Publication Date

Fall 2015

Degree Type

Master's Project


Computer Science


Entity Matching (EM) is a complex problem and has great impact on data quality. In EM we usually match all the combination of entity pairs using different similarity measures and judge if there is any match between entities. Mapreduce based parallel programing model can be used to match these entities. Even distribution of data into the map and reduce tasks will play vital role in the productivity of Mapreduce based programing model. If the dataset is large and has skewed data, then the distribution should be done effectively to achieve load balancing.

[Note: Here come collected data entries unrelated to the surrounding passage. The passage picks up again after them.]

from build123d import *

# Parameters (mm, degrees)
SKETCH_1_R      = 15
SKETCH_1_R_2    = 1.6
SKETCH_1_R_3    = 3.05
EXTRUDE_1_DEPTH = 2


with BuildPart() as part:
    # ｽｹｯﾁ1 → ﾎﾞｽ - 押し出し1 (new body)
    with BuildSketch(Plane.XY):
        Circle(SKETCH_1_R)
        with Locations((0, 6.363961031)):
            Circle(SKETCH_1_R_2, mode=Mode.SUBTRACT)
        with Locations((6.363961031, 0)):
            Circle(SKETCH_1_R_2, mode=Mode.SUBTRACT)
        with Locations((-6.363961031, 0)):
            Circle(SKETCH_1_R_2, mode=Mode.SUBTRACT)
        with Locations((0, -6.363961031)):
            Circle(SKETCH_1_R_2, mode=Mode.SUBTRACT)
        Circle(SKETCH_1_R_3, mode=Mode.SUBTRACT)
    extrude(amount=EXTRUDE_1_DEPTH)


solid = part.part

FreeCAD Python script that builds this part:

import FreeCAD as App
import Part
import Sketcher
from FreeCAD import Vector
Q = App.Units.Quantity

doc = App.newDocument("Part")
body = doc.addObject("PartDesign::Body", "Body")

sketch1 = body.newObject("Sketcher::SketchObject", "Sketch")
sketch1.AttachmentSupport = (doc.getObject("XY_Plane"), [""])
sketch1.MapMode = "FlatFace"
sketch1.addGeometry(Part.Circle(Vector(0, 0, 0), Vector(0, 0, 1), 15), False)
sketch1.addGeometry(Part.Circle(Vector(0, -6.363961, 0), Vector(0, 0, 1), 1.6), False)
sketch1.addGeometry(Part.Circle(Vector(-6.363961, 0, 0), Vector(0, 0, 1), 1.6), False)
sketch1.addGeometry(Part.Circle(Vector(0, 0, 0), Vector(0, 0, 1), 3.05), False)
sketch1.addGeometry(Part.Circle(Vector(6.363961, 0, 0), Vector(0, 0, 1), 1.6), False)
sketch1.addGeometry(Part.Circle(Vector(0, 6.363961, 0), Vector(0, 0, 1), 1.6), False)
sketch1.addConstraint(Sketcher.Constraint("Coincident", 0, 3, -1, 1))
sketch1.addConstraint(Sketcher.Constraint("Coincident", 3, 3, -1, 1))
sketch1.addConstraint(Sketcher.Constraint("Equal", 1, 2))
sketch1.addConstraint(Sketcher.Constraint("Equal", 2, 4))
sketch1.addConstraint(Sketcher.Constraint("Equal", 4, 5))
sketch1.addConstraint(Sketcher.Constraint("Symmetric", 2, 3, 4, 3, -1, 1))
sketch1.addConstraint(Sketcher.Constraint("Symmetric", 1, 3, 5, 3, -1, 1))
sketch1.addConstraint(Sketcher.Constraint("PointOnObject", 1, 3, -2))
sketch1.addConstraint(Sketcher.Constraint("PointOnObject", 2, 3, -1))
sketch1.addConstraint(Sketcher.Constraint("Diameter", 0, Q("30 mm")))
sketch1.addConstraint(Sketcher.Constraint("Diameter", 1, Q("3.2 mm")))
sketch1.addConstraint(Sketcher.Constraint("Diameter", 3, Q("6.1 mm")))
sketch1.addConstraint(Sketcher.Constraint("DistanceY", 1, 3, -1, 1, Q("6.363961 mm")))
sketch1.addConstraint(Sketcher.Constraint("DistanceX", 2, 3, -1, 1, Q("6.363961 mm")))
pad1 = body.newObject("PartDesign::Pad", "Pad")
pad1.Profile = sketch1
pad1.Length = 2

doc.recompute()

In this paper, I have implemented an approach of blocking technique called “Block Split”. Block split will reduce the search space of match tasks by splitting larger blocks into multiple small blocks and process it using mapreduce model. This approach utilizes two mapreduce jobs, one to identify the data distribution in each block and use this distribution to perform the match tasks in the second job. The effectiveness of block split approach is described in terms of ‘recall’ and ‘precision’. To improve recall I iteratively applied blocking of different keys by assigning every input record to different blocks (one per blocking key) and then found matches per blocks. Using this we will most likely find more matches but, we may come across many redundant matches. I have optimized the above approach by using “Signature Based Pair Comparison”. We evaluated all our approaches on spark clusters.